Reply to “Mobilization of bla_BKC-1 by ISKpn23?”

REPLY

We read with great interest the letter by Partridge (1) in response to the article reporting the new class A carbapenemase BKC-1 (2). Partridge has found the probable DR sequences of ISKpn23, which are located upstream of ISKpn23 and downstream of the bla_BKC-1 gene. The author suggests that this element was responsible for bla_BKC-1 and aph(3)-VI expression.

In our previous study, we showed that the BL21 clone harboring only bla_BKC-1 exhibited very low carbapenem MICs (0.12 to 0.5 μg/ml) compared to those of the T3 transformant strain (MICs, 8 to 64 μg/ml), which carries the entire plasmid (p60136). We agree with Partridge that the presence of ISKpn23 may have driven the expression of bla_BKC-1. The level of variation in carbapenem MICs was too high to be justified only by the distinct machineries of the recipient strains. To confirm this hypothesis, we are currently working on the construction of laboratory derivative strains carrying the identical genetic background of bla_BKC-1, except for the deletion of ISKpn23.

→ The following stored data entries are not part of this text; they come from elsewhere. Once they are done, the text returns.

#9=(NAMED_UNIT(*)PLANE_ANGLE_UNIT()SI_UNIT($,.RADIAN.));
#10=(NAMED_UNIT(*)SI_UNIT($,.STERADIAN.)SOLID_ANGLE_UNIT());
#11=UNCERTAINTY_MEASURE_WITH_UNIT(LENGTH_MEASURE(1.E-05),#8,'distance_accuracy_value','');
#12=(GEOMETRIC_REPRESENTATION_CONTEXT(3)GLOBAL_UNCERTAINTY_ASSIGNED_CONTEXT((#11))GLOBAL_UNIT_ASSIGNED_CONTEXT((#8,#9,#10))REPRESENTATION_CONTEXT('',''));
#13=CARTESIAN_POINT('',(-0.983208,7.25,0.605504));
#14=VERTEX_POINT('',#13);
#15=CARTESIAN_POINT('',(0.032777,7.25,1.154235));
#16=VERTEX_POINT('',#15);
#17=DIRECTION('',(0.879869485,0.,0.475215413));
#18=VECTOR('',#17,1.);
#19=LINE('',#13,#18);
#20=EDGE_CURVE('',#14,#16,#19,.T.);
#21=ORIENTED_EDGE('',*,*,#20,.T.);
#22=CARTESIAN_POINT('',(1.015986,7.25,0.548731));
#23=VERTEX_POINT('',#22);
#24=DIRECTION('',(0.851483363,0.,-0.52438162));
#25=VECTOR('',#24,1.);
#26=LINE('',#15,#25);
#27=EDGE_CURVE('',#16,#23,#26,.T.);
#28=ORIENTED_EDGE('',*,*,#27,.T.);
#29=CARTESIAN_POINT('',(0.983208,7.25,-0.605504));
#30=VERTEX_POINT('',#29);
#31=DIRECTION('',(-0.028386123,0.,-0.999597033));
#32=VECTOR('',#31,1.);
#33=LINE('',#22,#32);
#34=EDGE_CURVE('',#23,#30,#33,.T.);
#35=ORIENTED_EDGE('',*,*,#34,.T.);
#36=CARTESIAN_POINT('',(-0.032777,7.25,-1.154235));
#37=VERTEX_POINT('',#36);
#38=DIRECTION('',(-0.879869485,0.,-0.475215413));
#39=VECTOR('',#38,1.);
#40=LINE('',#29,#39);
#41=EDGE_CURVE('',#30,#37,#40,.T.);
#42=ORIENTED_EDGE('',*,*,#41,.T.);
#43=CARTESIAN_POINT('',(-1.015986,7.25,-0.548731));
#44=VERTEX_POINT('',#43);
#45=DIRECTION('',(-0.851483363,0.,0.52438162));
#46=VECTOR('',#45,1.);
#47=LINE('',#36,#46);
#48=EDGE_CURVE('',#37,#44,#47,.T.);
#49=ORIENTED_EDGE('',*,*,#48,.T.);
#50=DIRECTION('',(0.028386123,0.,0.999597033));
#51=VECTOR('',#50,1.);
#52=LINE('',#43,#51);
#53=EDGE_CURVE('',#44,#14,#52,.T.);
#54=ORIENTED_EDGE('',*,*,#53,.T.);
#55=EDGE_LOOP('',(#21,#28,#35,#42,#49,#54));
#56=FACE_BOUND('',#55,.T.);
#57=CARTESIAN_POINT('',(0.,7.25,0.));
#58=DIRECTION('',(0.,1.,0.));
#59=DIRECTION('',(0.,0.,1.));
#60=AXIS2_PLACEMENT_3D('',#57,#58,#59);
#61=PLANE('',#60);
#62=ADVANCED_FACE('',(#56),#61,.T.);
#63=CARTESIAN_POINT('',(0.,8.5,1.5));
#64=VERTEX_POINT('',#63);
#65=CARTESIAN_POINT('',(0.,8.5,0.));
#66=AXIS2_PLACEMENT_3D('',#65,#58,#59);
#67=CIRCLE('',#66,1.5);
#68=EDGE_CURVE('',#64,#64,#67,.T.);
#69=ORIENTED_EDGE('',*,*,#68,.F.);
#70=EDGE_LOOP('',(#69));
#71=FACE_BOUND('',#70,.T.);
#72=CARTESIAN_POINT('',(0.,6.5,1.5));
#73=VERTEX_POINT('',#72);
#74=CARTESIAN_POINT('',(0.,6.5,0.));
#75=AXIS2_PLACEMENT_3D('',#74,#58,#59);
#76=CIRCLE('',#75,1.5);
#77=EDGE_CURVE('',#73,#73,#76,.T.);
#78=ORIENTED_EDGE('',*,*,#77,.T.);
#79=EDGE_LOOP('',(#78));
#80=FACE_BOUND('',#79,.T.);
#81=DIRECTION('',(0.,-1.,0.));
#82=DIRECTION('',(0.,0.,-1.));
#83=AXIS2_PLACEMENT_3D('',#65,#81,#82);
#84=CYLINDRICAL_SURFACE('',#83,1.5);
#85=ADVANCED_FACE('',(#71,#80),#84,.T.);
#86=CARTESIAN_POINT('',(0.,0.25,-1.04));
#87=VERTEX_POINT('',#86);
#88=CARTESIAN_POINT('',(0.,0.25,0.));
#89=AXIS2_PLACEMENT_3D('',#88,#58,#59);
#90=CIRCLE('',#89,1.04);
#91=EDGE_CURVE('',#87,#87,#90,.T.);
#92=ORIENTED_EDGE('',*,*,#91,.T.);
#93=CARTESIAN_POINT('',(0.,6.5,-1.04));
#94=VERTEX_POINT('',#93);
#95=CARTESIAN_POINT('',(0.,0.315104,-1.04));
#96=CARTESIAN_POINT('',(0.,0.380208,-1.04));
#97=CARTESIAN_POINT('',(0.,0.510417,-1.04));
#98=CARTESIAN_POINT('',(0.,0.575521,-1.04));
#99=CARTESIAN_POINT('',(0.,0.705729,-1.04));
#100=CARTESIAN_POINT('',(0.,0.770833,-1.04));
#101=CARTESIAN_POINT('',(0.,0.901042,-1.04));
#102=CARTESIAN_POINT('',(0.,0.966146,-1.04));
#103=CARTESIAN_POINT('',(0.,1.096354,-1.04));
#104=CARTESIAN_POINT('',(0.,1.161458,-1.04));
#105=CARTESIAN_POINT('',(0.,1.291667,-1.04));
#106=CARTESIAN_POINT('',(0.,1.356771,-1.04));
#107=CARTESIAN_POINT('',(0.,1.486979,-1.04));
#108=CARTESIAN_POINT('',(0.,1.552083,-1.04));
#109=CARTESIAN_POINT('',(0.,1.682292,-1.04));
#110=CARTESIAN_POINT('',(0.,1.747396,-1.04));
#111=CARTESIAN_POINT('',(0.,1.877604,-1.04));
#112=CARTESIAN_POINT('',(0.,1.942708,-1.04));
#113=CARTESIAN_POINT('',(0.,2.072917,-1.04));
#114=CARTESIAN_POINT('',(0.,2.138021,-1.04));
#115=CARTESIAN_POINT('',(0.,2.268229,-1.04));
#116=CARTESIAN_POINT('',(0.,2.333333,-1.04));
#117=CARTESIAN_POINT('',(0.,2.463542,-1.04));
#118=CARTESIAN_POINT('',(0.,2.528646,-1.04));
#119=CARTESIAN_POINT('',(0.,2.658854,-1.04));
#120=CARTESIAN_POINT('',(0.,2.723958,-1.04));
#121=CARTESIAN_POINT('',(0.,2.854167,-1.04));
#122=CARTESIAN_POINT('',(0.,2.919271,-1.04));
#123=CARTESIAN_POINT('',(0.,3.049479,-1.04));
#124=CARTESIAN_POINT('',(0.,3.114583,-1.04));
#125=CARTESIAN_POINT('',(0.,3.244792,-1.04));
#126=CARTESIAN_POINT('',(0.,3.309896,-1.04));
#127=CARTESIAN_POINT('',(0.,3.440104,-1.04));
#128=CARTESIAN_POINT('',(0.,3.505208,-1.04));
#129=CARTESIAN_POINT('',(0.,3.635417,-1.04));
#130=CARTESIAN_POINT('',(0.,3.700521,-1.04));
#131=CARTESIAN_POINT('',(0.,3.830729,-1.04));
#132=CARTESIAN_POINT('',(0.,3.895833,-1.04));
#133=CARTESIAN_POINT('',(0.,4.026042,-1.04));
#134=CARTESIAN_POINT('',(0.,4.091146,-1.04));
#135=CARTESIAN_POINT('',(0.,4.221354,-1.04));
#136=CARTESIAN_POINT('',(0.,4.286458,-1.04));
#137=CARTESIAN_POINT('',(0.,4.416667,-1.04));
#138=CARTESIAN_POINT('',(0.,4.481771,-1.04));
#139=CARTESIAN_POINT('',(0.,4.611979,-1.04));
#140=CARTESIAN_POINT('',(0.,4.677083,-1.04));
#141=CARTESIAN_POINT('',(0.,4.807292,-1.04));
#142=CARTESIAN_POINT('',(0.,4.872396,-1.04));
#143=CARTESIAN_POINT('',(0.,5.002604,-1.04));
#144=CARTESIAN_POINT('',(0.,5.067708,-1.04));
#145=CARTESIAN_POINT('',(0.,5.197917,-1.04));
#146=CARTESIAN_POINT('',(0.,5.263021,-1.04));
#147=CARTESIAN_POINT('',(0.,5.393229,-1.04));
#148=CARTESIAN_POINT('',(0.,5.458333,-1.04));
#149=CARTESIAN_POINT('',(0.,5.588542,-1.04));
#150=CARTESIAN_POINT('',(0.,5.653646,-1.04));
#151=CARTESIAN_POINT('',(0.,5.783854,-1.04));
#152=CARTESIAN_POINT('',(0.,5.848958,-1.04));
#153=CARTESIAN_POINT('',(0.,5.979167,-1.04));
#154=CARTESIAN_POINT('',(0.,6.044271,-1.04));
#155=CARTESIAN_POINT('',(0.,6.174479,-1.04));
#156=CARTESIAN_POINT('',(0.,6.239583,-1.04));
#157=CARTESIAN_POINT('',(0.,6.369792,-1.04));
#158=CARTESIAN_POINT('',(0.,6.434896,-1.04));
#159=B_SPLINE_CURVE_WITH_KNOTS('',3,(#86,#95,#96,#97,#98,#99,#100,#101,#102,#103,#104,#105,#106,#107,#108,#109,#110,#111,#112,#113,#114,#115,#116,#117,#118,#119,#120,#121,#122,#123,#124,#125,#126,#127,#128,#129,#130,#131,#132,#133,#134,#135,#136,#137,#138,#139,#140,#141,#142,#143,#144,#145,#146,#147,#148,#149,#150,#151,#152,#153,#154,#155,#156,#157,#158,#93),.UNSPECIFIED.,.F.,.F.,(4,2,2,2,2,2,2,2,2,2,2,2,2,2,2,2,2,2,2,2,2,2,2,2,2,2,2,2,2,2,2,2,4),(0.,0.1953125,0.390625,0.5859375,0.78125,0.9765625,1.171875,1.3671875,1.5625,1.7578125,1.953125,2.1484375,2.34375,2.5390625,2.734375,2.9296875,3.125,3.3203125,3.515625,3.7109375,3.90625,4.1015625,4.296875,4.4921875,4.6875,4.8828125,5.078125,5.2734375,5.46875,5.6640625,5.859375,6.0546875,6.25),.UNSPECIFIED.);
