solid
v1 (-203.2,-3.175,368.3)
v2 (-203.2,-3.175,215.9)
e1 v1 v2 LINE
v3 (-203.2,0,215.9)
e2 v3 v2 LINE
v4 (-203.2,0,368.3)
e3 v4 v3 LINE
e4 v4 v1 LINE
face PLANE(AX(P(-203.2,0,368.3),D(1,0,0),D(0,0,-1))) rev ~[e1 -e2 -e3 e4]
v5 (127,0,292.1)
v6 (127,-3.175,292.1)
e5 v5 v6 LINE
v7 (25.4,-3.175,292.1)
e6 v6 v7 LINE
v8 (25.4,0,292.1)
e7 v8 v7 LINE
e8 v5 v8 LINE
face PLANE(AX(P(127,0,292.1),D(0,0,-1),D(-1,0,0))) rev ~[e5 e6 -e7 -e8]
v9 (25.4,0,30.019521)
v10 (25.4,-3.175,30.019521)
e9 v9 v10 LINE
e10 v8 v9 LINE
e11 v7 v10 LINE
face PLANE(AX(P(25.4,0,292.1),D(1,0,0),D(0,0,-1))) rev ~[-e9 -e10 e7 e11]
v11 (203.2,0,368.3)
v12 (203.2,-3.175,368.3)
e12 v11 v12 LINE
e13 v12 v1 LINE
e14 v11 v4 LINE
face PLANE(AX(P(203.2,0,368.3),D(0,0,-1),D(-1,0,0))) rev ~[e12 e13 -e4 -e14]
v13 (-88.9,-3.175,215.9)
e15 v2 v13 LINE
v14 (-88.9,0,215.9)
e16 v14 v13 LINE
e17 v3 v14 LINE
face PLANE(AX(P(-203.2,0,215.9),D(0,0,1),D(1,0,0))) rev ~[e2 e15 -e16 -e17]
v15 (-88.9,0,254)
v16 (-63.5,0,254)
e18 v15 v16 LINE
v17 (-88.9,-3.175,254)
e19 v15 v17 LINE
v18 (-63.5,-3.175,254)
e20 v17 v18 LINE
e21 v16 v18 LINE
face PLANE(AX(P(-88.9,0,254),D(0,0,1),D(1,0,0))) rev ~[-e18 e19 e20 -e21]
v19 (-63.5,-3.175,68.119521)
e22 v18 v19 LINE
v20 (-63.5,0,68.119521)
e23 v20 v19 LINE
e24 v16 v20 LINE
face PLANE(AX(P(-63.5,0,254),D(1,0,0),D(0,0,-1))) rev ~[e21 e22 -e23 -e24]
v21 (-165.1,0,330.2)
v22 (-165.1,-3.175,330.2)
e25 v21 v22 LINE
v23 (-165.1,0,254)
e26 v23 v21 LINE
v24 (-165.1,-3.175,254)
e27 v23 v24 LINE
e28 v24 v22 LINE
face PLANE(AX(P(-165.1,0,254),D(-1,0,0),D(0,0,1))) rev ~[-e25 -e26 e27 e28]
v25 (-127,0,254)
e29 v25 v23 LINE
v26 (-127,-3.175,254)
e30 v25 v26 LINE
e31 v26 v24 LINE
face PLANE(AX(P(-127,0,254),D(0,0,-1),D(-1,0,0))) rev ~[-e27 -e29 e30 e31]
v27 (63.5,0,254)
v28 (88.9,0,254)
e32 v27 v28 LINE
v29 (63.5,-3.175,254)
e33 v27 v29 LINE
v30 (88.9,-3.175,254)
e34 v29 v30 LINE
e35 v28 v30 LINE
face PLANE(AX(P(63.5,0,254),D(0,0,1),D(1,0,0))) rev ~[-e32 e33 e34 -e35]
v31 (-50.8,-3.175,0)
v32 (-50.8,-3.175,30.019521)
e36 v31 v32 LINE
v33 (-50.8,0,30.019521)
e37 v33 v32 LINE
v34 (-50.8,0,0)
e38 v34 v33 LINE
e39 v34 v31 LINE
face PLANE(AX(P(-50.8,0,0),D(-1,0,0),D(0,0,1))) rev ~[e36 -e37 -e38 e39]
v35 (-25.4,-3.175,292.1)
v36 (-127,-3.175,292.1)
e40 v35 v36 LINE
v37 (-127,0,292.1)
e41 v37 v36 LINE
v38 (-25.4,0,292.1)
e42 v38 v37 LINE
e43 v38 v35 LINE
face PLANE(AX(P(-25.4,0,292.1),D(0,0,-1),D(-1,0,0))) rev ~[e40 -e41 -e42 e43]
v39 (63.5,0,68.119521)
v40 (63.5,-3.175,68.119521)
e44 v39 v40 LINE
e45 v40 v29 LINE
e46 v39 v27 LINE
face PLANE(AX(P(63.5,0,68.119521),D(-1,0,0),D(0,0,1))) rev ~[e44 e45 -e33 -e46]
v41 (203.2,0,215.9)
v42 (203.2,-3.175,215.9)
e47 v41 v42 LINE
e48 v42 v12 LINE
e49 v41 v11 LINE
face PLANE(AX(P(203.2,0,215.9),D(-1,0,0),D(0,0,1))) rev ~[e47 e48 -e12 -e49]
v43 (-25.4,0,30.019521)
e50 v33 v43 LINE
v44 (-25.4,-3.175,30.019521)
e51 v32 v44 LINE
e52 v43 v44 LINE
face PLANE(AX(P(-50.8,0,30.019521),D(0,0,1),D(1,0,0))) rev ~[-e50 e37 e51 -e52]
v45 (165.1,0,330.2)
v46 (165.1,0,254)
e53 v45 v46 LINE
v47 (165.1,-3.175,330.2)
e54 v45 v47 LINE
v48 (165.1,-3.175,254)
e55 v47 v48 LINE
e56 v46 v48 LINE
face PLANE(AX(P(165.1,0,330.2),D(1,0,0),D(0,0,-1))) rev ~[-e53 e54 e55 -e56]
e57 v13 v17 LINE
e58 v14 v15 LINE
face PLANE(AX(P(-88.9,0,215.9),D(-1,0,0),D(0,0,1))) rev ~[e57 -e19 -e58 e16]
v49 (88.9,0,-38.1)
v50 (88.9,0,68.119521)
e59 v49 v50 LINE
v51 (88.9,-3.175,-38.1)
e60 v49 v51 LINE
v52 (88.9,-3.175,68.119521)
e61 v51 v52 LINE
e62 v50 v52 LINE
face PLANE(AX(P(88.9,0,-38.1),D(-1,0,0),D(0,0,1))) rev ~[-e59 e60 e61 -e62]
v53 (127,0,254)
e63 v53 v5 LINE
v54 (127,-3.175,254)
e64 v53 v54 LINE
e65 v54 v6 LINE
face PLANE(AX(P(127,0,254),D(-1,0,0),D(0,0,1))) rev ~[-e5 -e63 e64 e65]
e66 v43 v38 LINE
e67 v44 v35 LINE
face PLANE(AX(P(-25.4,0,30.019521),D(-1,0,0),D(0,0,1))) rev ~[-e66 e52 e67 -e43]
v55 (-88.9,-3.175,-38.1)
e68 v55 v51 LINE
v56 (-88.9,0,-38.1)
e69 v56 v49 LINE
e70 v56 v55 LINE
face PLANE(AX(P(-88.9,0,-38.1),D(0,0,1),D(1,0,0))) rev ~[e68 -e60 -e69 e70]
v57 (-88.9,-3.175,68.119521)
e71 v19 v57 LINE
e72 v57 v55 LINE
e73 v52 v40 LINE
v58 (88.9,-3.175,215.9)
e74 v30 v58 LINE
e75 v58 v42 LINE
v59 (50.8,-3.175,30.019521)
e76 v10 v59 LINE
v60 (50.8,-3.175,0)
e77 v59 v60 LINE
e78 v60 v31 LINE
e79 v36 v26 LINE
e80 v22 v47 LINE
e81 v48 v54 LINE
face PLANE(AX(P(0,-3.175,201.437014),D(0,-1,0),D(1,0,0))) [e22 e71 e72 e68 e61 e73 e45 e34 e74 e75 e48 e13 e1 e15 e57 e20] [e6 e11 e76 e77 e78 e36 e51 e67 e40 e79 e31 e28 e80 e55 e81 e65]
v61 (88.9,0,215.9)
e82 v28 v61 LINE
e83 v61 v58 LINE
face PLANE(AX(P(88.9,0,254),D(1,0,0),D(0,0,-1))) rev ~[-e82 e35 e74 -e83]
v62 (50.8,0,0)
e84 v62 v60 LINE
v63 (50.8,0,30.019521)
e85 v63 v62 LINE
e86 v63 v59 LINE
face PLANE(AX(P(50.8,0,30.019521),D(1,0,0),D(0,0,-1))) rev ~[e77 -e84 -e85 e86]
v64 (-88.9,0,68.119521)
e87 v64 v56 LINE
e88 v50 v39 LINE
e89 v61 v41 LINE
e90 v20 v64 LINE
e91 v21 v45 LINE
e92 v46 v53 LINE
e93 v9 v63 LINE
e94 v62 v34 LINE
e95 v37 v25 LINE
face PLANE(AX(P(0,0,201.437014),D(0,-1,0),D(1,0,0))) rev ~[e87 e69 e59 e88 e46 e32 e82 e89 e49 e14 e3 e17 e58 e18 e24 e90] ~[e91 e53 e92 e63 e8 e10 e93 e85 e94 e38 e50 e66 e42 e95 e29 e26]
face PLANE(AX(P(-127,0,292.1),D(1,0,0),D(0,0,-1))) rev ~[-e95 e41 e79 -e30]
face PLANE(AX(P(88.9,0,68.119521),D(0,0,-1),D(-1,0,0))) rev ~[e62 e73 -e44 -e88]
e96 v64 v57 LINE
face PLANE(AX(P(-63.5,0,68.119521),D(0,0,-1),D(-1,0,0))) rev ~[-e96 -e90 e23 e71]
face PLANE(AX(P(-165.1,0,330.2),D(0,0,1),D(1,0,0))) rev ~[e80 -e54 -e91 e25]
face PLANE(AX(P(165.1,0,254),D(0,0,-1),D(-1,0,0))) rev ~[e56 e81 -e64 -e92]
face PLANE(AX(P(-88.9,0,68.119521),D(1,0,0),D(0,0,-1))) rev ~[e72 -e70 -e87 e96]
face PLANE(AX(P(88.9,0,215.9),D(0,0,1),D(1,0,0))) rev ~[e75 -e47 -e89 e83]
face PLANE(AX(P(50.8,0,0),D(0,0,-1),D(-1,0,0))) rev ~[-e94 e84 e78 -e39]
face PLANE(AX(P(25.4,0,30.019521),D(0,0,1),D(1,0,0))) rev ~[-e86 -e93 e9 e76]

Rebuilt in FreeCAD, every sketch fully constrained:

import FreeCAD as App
import Part
import Sketcher
Q = App.Units.Quantity


def add_polygon(sketch, points):
    """Adds a closed chain of lines whose ends are joined by coincident constraints."""
    first, n = sketch.GeometryCount, len(points)
    for a, b in zip(points, points[1:] + points[:1]):
        sketch.addGeometry(Part.LineSegment(App.Vector(*a, 0), App.Vector(*b, 0)), False)
    for i in range(n):
        sketch.addConstraint(Sketcher.Constraint("Coincident", first + i, 2, first + (i + 1) % n, 1))

doc = App.newDocument("Part")
body = doc.addObject("PartDesign::Body", "Body")

sketch1 = doc.addObject("Sketcher::SketchObject", "Sketch")
body.addObject(sketch1)
sketch1.AttachmentSupport = (doc.XZ_Plane, [""])
sketch1.MapMode = "FlatFace"
add_polygon(sketch1, [(-89, 254), (-64, 254), (-64, 68), (-89, 68), (-89, -38), (89, -38), (89, 68), (64, 68), (64, 254), (89, 254), (89, 216), (203, 216), (203, 368), (-203, 368), (-203, 216), (-89, 216)])
add_polygon(sketch1, [(-165, 330), (165, 330), (165, 254), (127, 254), (127, 292), (25, 292), (25, 30), (51, 30), (51, 0), (-51, 0), (-51, 30), (-25, 30), (-25, 292), (-127, 292), (-127, 254), (-165, 254)])
sketch1.addConstraint(Sketcher.Constraint("Horizontal", 0))
sketch1.addConstraint(Sketcher.Constraint("Vertical", 1))
sketch1.addConstraint(Sketcher.Constraint("Horizontal", 2))
sketch1.addConstraint(Sketcher.Constraint("Vertical", 3))
sketch1.addConstraint(Sketcher.Constraint("Horizontal", 4))
sketch1.addConstraint(Sketcher.Constraint("Vertical", 5))
sketch1.addConstraint(Sketcher.Constraint("Horizontal", 6))
sketch1.addConstraint(Sketcher.Constraint("Vertical", 7))
sketch1.addConstraint(Sketcher.Constraint("Horizontal", 8))
sketch1.addConstraint(Sketcher.Constraint("Vertical", 9))
sketch1.addConstraint(Sketcher.Constraint("Horizontal", 10))
sketch1.addConstraint(Sketcher.Constraint("Vertical", 11))
sketch1.addConstraint(Sketcher.Constraint("Horizontal", 12))
sketch1.addConstraint(Sketcher.Constraint("Vertical", 13))
sketch1.addConstraint(Sketcher.Constraint("Horizontal", 14))
sketch1.addConstraint(Sketcher.Constraint("Vertical", 15))
sketch1.addConstraint(Sketcher.Constraint("Horizontal", 16))
sketch1.addConstraint(Sketcher.Constraint("Vertical", 17))
sketch1.addConstraint(Sketcher.Constraint("Horizontal", 18))
sketch1.addConstraint(Sketcher.Constraint("Vertical", 19))
sketch1.addConstraint(Sketcher.Constraint("Horizontal", 20))
sketch1.addConstraint(Sketcher.Constraint("Vertical", 21))
sketch1.addConstraint(Sketcher.Constraint("Horizontal", 22))
sketch1.addConstraint(Sketcher.Constraint("Vertical", 23))
sketch1.addConstraint(Sketcher.Constraint("Horizontal", 24))
sketch1.addConstraint(Sketcher.Constraint("Vertical", 25))
sketch1.addConstraint(Sketcher.Constraint("Horizontal", 26))
sketch1.addConstraint(Sketcher.Constraint("Vertical", 27))
sketch1.addConstraint(Sketcher.Constraint("Horizontal", 28))
sketch1.addConstraint(Sketcher.Constraint("Vertical", 29))
sketch1.addConstraint(Sketcher.Constraint("Horizontal", 30))
sketch1.addConstraint(Sketcher.Constraint("Vertical", 31))
sketch1.addConstraint(Sketcher.Constraint("Symmetric", 23, 2, 24, 2, -1, 1))
sketch1.addConstraint(Sketcher.Constraint("Symmetric", 2, 2, 5, 2, -2))
sketch1.addConstraint(Sketcher.Constraint("Symmetric", 0, 2, 7, 2, -2))
sketch1.addConstraint(Sketcher.Constraint("Symmetric", 10, 2, 13, 2, -2))
sketch1.addConstraint(Sketcher.Constraint("Symmetric", 21, 2, 26, 2, -2))
sketch1.addConstraint(Sketcher.Constraint("Symmetric", 19, 2, 28, 2, -2))
sketch1.addConstraint(Sketcher.Constraint("Symmetric", 17, 2, 30, 2, -2))
sketch1.addConstraint(Sketcher.Constraint("Horizontal", 15, 2, 17, 2))
sketch1.addConstraint(Sketcher.Constraint("Vertical", 5, 2, 8, 2))
sketch1.addConstraint(Sketcher.Constraint("Vertical", 3, 2, 14, 2))
sketch1.addConstraint(Sketcher.Constraint("Equal", 8, 22))
sketch1.addConstraint(Sketcher.Constraint("Equal", 20, 24))
sketch1.addConstraint(Sketcher.Constraint("Equal", 30, 9))
sketch1.addConstraint(Sketcher.Constraint("Equal", 15, 19))
sketch1.addConstraint(Sketcher.Constraint("DistanceX", 0, 1, 0, 2, Q("1 in")))
sketch1.addConstraint(Sketcher.Constraint("DistanceX", 4, 1, 4, 2, Q("7 in")))
sketch1.addConstraint(Sketcher.Constraint("DistanceX", 12, 2, 12, 1, Q("16 in")))
sketch1.addConstraint(Sketcher.Constraint("DistanceX", 16, 1, 16, 2, Q("13 in")))
sketch1.addConstraint(Sketcher.Constraint("DistanceX", 20, 2, 20, 1, Q("4 in")))
sketch1.addConstraint(Sketcher.Constraint("DistanceY", 11, 1, 11, 2, Q("6 in")))
sketch1.addConstraint(Sketcher.Constraint("DistanceY", 17, 2, 17, 1, Q("3 in")))
sketch1.addConstraint(Sketcher.Constraint("DistanceY", -1, 1, 0, 2, Q("10 in")))
sketch1.addConstraint(Sketcher.Constraint("DistanceY", 3, 2, -1, 1, Q("1.5 in")))
sketch1.addConstraint(Sketcher.Constraint("DistanceY", 21, 2, 6, 2, Q("1.5 in")))
sketch1.addConstraint(Sketcher.Constraint("DistanceY", 1, 2, 1, 1, 185.880479))
pad1 = doc.addObject("PartDesign::Pad", "Pad")
body.addObject(pad1)
pad1.Profile = sketch1
pad1.Length = Q("0.125 in")

doc.recompute()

Partridge has also demonstrated curiosity about the mobilization of bla_BKC-1, since ISKpn23 belongs to the IS1380 family, as does ISEcp1. ISEcp1 has been shown to mobilize the bla_CTX-M-19 gene. It was also responsible for transferring the bla_CTX-M-2 gene from the Kluyvera ascorbata chromosome to plasmids (3). We also agree with Partridge that it will be interesting to see how successful bla_BKC-1 will become, in comparison with bla_CTX-M genes associated with ISEcp1. So far, the frequency of bla_BKC-1 seems to be very low. Recently, we found only two K. pneumoniae strains harboring bla_BKC-1 among the 635 investigated Klebsiella species clinical isolates (4). The spread of an epidemic clone rather than the spread or mobilization of bla_BKC-1 by ISKpn23 was detected among the studied K. pneumoniae isolates.